Task goal – Needed from the data below: all lines that contain the word "with".

Material provided –

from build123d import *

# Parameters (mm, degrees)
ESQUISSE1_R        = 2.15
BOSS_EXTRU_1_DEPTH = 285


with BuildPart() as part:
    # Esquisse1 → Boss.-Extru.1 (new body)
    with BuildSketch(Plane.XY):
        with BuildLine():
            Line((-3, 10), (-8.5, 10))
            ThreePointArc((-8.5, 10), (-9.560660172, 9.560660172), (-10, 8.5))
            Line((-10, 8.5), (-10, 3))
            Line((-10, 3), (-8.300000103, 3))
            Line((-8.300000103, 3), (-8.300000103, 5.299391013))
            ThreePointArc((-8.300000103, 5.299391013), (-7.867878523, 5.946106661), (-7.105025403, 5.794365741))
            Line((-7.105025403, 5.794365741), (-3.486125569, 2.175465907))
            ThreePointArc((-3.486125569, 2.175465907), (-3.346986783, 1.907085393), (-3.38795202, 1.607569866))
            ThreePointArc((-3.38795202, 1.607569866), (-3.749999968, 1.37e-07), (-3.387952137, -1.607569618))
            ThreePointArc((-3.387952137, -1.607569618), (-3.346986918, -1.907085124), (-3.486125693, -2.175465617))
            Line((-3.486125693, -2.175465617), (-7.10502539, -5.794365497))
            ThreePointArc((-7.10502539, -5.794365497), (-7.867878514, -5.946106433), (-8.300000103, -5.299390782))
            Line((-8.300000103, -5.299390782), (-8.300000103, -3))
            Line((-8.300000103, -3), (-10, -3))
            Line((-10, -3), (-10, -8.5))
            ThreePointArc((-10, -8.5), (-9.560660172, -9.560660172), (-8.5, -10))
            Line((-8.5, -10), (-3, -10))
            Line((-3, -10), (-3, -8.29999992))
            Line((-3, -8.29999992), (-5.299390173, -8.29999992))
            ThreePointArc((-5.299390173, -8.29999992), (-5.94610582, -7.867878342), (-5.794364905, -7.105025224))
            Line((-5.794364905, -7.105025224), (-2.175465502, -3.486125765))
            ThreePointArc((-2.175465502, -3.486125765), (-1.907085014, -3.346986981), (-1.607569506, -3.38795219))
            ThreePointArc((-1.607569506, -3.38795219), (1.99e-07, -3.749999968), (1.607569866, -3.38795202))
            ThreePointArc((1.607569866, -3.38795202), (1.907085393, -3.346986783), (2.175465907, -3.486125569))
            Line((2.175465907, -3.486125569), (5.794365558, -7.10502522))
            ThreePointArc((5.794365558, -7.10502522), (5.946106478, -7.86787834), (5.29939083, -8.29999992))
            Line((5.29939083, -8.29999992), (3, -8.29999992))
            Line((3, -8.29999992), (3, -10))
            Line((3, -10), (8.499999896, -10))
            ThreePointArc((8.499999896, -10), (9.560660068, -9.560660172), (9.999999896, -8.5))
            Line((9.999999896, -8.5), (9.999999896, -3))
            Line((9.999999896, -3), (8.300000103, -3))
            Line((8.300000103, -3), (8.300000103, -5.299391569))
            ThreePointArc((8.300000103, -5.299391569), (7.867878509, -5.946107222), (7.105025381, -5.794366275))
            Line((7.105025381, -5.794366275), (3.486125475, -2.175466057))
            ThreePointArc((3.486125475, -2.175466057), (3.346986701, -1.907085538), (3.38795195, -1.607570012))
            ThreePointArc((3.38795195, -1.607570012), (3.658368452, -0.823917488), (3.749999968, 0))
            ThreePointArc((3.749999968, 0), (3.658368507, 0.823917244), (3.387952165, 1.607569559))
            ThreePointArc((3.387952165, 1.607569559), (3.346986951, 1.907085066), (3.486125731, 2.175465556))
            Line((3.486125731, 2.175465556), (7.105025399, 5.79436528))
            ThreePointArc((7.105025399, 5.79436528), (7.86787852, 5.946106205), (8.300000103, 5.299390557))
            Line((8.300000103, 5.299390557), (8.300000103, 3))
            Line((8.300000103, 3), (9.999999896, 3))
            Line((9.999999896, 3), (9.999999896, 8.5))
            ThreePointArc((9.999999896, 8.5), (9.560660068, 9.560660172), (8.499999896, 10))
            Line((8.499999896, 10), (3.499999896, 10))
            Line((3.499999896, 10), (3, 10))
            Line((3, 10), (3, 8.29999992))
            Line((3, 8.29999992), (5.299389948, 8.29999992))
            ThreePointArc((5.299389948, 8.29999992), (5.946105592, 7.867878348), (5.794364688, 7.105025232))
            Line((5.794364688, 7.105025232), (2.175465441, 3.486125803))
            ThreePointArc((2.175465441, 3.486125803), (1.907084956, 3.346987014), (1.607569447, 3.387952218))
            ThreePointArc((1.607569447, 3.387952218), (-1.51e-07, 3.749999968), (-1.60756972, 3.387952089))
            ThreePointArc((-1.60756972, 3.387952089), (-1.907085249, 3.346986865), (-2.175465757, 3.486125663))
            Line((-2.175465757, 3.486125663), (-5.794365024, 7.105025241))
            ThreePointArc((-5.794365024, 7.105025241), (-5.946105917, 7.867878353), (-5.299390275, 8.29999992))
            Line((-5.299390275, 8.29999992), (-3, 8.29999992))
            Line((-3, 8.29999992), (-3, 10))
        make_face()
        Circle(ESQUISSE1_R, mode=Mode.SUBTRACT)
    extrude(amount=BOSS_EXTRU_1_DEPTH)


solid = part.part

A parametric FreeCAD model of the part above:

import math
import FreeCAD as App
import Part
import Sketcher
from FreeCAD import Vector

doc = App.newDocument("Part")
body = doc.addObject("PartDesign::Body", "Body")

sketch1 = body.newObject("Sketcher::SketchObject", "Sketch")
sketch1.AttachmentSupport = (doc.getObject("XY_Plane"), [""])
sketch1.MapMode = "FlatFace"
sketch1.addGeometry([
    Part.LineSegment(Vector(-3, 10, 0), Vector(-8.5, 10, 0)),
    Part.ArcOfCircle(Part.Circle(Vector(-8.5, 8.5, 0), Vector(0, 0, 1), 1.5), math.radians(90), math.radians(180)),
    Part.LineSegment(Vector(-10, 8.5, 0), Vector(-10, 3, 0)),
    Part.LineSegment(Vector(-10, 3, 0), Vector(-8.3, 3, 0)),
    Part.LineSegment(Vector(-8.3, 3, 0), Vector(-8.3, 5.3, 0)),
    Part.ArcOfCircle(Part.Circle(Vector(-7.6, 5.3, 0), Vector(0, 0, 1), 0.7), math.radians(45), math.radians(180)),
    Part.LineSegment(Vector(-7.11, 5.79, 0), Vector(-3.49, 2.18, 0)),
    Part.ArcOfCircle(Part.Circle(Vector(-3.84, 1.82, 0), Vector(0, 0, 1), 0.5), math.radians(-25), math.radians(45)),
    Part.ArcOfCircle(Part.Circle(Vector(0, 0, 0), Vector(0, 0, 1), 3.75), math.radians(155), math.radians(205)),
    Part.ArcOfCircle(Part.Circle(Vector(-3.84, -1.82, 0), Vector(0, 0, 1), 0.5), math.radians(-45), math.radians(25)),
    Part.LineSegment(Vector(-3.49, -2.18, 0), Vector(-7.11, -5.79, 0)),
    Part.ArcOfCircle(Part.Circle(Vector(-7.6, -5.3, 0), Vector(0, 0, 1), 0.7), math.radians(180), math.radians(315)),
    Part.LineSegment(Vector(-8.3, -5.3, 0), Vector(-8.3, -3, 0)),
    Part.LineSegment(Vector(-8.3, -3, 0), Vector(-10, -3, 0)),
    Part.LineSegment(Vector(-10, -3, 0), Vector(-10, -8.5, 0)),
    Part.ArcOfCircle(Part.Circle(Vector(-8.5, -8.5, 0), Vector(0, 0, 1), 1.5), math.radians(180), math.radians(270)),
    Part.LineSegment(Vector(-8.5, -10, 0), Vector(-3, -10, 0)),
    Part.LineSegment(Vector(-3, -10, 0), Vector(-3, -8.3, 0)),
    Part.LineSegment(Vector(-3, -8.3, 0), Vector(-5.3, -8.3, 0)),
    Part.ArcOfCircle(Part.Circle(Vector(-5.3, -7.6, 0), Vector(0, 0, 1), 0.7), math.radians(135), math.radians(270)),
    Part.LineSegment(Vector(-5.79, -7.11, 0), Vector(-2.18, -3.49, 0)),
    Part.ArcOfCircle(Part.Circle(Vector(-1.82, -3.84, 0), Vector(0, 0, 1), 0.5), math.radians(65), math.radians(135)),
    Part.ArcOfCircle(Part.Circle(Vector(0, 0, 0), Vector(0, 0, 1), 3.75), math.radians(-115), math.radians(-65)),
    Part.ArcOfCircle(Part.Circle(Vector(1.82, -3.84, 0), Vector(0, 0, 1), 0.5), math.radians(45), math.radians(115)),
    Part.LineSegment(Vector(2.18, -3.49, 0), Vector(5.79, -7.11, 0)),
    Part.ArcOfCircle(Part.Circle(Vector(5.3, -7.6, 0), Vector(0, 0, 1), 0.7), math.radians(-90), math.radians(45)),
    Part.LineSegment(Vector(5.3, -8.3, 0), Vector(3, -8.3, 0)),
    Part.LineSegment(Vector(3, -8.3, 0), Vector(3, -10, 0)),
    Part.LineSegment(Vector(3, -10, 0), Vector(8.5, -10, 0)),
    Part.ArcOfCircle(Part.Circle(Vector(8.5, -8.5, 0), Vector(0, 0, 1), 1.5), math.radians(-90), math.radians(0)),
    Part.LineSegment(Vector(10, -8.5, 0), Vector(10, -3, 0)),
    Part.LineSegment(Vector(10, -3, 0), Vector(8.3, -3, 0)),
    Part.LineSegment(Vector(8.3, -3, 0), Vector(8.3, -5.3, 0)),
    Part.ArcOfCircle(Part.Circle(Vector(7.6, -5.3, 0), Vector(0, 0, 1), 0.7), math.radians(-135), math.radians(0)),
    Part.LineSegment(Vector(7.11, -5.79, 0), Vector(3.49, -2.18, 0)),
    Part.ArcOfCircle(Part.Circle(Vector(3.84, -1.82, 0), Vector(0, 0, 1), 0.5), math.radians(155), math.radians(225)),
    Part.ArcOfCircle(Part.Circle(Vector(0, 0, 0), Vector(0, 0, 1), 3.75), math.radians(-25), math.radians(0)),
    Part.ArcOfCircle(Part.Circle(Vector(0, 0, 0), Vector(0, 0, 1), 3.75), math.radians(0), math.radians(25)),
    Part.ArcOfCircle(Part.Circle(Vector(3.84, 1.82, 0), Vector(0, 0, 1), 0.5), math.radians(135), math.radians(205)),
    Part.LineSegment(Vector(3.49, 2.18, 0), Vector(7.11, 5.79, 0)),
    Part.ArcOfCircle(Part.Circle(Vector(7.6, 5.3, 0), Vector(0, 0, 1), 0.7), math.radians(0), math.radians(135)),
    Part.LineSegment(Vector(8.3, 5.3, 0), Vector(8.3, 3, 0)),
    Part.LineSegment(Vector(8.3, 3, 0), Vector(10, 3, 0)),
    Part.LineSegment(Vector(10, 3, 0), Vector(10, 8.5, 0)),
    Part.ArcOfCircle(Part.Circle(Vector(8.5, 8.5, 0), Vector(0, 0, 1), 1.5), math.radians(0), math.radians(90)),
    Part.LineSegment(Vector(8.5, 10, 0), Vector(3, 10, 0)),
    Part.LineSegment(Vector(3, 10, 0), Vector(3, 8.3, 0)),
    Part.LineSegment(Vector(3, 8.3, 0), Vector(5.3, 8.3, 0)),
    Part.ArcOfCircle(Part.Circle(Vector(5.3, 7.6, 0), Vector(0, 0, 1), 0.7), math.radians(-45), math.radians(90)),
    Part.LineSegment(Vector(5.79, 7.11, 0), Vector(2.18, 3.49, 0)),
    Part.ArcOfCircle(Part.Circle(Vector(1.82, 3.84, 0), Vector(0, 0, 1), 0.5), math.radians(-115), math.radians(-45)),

Solution to this exercise –
with BuildPart() as part:
    with BuildSketch(Plane.XY):
        with BuildLine():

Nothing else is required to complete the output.